Food list
Everything sorted into yes, yes if you tolerate it, and no. The three-tier list you can take to the supermarket.
Everything on carnivore sorts into three tiers, plus a list of what is excluded. Stick to Tier 1 for the first month, add Tier 2 if you tolerate it, and treat Tier 3 as situational.
Tier 1 — Core
The foundation. Anyone doing any version of the diet eats from this list.
Ruminant meat
- Beef — steaks, mince, ribs, roasts, brisket
- Lamb — chops, shoulder, mince
- Bison, venison, game where available
Other meat
- Pork — belly, shoulder, chops, bacon (check for sugar in the cure)
- Chicken and duck — thighs and skin first, breast as a lean option
- Eggs — yolk is the nutrient density
Animal fats
- Tallow (rendered beef fat)
- Lard (rendered pork fat)
- Butter and ghee
- Bone marrow
- Schmaltz (rendered chicken fat)
Seasoning
- Salt. Any unrefined salt is fine. Iodised table salt also works.
Drinks
- Water. Some people add a pinch of salt to one glass per day during adaptation.
Tier 2 — Add if you tolerate it
Common additions. Most people add at least one. If you are using carnivore as a strict elimination protocol, hold off on these until day 30 and then add them one at a time to see what your body does.
Dairy
- Butter and ghee (already in Tier 1)
- Hard cheese — aged cheddar, parmesan, gouda
- Cream and sour cream
- Plain Greek yoghurt (unsweetened, full-fat)
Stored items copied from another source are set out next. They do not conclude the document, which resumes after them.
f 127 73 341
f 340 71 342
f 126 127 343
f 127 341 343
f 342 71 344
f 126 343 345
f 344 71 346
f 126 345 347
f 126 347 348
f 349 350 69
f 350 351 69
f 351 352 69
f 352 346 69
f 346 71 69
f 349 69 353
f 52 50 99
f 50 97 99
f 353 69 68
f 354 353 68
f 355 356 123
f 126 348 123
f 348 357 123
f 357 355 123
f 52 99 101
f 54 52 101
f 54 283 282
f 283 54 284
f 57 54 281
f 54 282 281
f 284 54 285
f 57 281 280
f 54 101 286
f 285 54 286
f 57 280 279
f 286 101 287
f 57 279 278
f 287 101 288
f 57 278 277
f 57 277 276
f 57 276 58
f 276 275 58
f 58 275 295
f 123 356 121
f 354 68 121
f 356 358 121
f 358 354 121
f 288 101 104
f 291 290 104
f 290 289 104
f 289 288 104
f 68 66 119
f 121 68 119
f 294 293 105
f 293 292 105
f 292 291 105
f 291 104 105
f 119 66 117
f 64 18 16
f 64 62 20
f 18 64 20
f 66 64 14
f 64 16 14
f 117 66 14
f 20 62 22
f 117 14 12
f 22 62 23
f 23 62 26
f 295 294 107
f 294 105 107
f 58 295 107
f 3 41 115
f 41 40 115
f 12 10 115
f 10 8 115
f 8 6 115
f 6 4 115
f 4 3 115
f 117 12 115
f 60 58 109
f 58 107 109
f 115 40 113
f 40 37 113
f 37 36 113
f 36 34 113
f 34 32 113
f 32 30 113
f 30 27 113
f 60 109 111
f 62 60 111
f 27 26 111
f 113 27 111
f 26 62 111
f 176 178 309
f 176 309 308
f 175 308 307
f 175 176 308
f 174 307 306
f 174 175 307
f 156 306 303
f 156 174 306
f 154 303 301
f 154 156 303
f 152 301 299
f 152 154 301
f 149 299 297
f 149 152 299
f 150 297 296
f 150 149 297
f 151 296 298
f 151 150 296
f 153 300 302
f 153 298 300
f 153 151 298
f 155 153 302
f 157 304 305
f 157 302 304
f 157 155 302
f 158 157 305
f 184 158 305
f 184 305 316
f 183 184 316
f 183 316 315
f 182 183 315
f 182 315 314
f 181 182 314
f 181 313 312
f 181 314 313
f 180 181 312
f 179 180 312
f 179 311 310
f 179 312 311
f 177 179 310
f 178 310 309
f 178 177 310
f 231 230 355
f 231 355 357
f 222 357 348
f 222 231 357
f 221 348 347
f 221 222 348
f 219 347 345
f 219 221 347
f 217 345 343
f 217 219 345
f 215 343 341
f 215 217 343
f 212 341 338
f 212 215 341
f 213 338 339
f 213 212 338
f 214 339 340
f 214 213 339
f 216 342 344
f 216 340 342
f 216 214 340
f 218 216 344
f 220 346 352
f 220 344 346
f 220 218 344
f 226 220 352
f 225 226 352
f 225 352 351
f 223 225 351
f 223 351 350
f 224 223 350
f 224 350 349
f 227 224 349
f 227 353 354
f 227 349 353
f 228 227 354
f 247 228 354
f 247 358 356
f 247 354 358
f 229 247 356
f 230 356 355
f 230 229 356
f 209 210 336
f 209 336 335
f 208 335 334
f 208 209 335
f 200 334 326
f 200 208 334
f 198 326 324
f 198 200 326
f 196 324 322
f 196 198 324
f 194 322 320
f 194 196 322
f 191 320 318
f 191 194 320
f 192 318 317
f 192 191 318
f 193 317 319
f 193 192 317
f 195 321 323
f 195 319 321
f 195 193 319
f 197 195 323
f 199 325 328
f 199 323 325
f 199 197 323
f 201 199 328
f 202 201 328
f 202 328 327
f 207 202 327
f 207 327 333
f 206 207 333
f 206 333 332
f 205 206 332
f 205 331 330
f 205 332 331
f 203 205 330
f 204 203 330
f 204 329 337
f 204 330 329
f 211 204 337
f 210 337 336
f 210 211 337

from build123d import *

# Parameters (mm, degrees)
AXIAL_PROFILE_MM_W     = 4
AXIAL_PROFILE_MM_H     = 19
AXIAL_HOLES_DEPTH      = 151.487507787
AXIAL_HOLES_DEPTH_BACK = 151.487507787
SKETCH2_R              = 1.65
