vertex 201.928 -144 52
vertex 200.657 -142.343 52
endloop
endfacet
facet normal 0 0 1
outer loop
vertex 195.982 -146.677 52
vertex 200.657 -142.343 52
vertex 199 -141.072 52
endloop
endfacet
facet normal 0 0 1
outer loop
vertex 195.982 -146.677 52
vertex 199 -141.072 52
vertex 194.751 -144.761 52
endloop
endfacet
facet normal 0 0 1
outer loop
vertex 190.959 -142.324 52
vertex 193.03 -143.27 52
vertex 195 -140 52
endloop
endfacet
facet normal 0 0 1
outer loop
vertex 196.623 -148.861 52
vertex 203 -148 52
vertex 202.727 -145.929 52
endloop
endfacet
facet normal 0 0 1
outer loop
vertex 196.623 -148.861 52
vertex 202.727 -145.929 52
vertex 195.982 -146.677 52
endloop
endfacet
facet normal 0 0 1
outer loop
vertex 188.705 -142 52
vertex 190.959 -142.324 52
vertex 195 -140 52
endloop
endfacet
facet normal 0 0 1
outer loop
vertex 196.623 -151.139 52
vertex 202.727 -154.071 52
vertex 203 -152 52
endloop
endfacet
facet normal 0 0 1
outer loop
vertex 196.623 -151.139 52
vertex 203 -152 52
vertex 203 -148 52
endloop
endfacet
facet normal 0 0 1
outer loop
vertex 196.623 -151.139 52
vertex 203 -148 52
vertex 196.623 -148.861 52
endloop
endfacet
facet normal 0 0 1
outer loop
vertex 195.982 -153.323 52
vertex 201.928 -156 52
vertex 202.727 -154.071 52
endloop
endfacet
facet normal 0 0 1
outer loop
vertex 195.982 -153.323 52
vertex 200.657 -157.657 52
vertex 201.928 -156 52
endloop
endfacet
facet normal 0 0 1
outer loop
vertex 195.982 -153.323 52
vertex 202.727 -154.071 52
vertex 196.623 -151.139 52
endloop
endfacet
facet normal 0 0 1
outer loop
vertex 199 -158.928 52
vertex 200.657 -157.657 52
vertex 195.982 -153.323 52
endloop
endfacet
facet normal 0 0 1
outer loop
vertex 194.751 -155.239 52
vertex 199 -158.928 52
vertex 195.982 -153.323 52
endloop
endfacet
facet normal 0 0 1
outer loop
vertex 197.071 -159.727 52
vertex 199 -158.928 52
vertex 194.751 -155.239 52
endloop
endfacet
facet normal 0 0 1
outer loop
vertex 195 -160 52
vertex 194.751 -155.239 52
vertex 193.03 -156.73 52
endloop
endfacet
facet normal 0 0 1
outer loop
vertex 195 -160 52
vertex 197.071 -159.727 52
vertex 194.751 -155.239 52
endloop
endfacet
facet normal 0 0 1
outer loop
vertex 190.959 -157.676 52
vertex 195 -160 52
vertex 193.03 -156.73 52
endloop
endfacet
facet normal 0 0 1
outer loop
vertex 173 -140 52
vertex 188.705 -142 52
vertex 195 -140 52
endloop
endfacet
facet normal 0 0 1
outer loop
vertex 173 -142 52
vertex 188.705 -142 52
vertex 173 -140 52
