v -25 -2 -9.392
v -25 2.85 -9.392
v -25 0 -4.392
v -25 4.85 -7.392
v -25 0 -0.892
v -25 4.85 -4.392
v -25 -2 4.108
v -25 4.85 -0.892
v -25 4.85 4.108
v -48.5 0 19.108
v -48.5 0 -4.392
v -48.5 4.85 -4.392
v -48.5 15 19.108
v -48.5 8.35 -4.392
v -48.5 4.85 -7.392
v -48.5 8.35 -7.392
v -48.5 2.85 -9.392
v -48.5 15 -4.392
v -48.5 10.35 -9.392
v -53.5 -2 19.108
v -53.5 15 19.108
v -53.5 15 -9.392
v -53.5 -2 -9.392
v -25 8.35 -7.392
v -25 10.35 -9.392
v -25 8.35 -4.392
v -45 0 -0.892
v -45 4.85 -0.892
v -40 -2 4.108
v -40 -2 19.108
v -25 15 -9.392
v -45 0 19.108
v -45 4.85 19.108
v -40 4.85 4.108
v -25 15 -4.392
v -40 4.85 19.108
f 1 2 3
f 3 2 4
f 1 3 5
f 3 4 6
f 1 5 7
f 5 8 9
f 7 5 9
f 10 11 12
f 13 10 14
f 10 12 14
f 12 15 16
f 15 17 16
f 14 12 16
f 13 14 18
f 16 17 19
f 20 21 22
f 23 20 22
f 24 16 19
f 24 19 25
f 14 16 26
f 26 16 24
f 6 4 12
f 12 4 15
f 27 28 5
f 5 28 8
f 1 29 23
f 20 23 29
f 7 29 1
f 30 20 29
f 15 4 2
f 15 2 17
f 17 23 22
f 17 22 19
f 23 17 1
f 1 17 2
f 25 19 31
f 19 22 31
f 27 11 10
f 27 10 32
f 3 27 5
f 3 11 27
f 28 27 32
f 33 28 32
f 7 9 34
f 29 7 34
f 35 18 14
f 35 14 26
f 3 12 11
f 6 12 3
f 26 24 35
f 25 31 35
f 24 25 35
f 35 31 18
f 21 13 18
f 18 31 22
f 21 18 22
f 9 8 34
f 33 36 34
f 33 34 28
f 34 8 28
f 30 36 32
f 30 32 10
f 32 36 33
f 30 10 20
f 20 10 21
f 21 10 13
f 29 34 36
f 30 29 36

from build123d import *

# Parameters (mm, degrees)
BOSS_EXTRUDE1_DEPTH     = 15
BOSS_EXTRUDE2_DEPTH     = 2
CUT_EXTRUDE1_DEPTH      = 10.15
CUT_EXTRUDE2_DEPTH      = 4.85
CUT_EXTRUDE5_DEPTH      = 37.462309307
CUT_EXTRUDE5_DEPTH_BACK = 37.462309307
CHAMFER3_SIZE           = 2
CUT_EXTRUDE6_DEPTH      = 60.299036748
CUT_EXTRUDE6_DEPTH_BACK = 60.299036748
SKETCH6_W               = 39.703071578
SKETCH6_H               = 42.363425718


with BuildPart() as part:
    # Sketch1 → Boss-Extrude1 (new body)
    with BuildSketch(Plane(origin=(0, 0, 0), x_dir=(1, 0, 0), z_dir=(0, 1, 0))):
        Polygon((23.5, 9.391735838), (-5, 9.391735838), (-5, -4.108264162), (10, -4.108264162), (10, -19.108264162), (23.5, -19.108264162), align=None)
        Polygon((0, 4.391735838), (0, 0.891735838), (15, 0.891735838), (15, -14.108264162), (18.5, -14.108264162), (18.5, 4.391735838), align=None, mode=Mode.SUBTRACT)
    extrude(amount=BOSS_EXTRUDE1_DEPTH)

    # Sketch2 → Boss-Extrude2 (add)
    with BuildSketch(Plane.XZ):
        Polygon((-5, 4.108264162), (10, 4.108264162), (10, 19.108264162), (23.5, 19.108264162), (23.5, -9.391735838), (-5, -9.391735838), align=None)
    extrude(amount=BOSS_EXTRUDE2_DEPTH)

    # Sketch3 → Cut-Extrude1 (cut)
    with BuildSketch(Plane(origin=(0, 15, 0), x_dir=(1, 0, 0), z_dir=(0, 1, 0))):
        Polygon((18.5, 4.391735838), (-5, 4.391735838), (-5, 0.891735838), (-5, -4.108264162), (10, -4.108264162), (10, -19.108264162), (15, -19.108264162), (18.5, -19.108264162), align=None)
    extrude(amount=-CUT_EXTRUDE1_DEPTH, mode=Mode.SUBTRACT)

    # Sketch4 → Cut-Extrude2 (cut)
    with BuildSketch(Plane(origin=(0, 4.85, 0), x_dir=(1, 0, 0), z_dir=(0, 1, 0))):
        Polygon((-5, 4.391735838), (18.5, 4.391735838), (18.5, -19.108264162), (15, -19.108264162), (15, 0.891735838), (-5, 0.891735838), align=None)
    extrude(amount=-CUT_EXTRUDE2_DEPTH, mode=Mode.SUBTRACT)

    # Sketch5 → Cut-Extrude5 (cut, two sides: drawn at the far end of the back side and taken through both)
    with BuildSketch(Plane.XY.offset(-4.391735838).offset(-CUT_EXTRUDE5_DEPTH_BACK)):
        Polygon((-5, 4.85), (18.5, 4.85), (18.5, 8.35), (-10.741212184, 8.35), (-10.741212184, 4.85), align=None)
    extrude(amount=CUT_EXTRUDE5_DEPTH + CUT_EXTRUDE5_DEPTH_BACK, mode=Mode.SUBTRACT)

    # Chamfer3
    chamfer3_edges = [part.edges().sort_by_distance(p)[0] for p in [
        (6.75, 8.35, -9.391735838),
        (6.75, 4.85, -9.391735838),
    ]]
    chamfer(chamfer3_edges, length=CHAMFER3_SIZE)


with BuildPart() as body_2:
    # Mirror1: mirrored copy
    add(part.part.mirror(Plane.ZY.offset(15)))


with BuildPart() as part_1:
    add(part.part)

    # Sketch6 → Cut-Extrude6 (cut, two sides: drawn at the far end of the back side and taken through both)
    with BuildSketch(Plane(origin=(0, 15, 0), x_dir=(1, 0, 0), z_dir=(0, 1, 0)).offset(-CUT_EXTRUDE6_DEPTH_BACK)):
        with Locations((10, -4.108264162)):
            Rectangle(SKETCH6_W, SKETCH6_H)
    extrude(amount=CUT_EXTRUDE6_DEPTH + CUT_EXTRUDE6_DEPTH_BACK, mode=Mode.SUBTRACT)


solid = body_2.part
- Milk — many people react to lactose; skip if uncertain
Seafood
- Salmon, mackerel, sardines, anchovies — fatty fish, high omega-3
- Tuna, snapper, barramundi — leaner, good rotation
- Prawns, scallops, oysters — oysters are nutrient-dense
Organ meats
- Liver — start with 50-100 g once a week, beef or lamb
- Heart, kidney — milder than liver, easier entry point
- Bone broth — collagen and gelatin, cheap to make from leftover bones
Tier 3 — Debated edge cases
These are not strictly animal foods but they show up frequently in carnivore-adjacent eating. Whether you include them depends on what you are running the experiment to test.
- Honey — animal-sourced but high in sugar. Excluded on Lion Diet, Strict and Carnivore + Dairy. Animal-Based includes it as a primary carbohydrate source.
- Black coffee and tea — plants but generally tolerated. Excluded on Lion Diet, allowed on the rest.
- Spices and herbs — plants. Some practitioners use a handful (black pepper, oregano). Lion Diet excludes all; strict elimination protocols of any kind tend to.
- Fermented dairy (kefir, aged cheese) — fine on Carnivore + Dairy and above. Some find lactose tolerance varies.
- Cured meats (salami, prosciutto, jerky) — check ingredients for sugar, plant additives, and seed oils.
What you exclude
All plant foods. The list is short because the principle is simple: if it grew from a seed or in dirt, it is excluded.
- Vegetables — all of them, including leafy greens, root vegetables, alliums, nightshades
- Fruit — including avocado, olives, tomatoes (technically fruit)
- Grains — wheat, rice, oats, corn
- Legumes — beans, lentils, peanuts, soy
- Nuts and seeds
- Seed and vegetable oils — canola, sunflower, soybean, olive oil
- Sugar in any form — cane, beet, agave, maple syrup
- Alcohol — wine, beer, spirits
- Plant-based protein powders, plant milks, "carnivore-friendly" packaged products with plant additives
Quality, in order of importance
If you can afford it, source quality goes here. If you cannot, regular supermarket meat is fine. Quality matters less than just doing the elimination.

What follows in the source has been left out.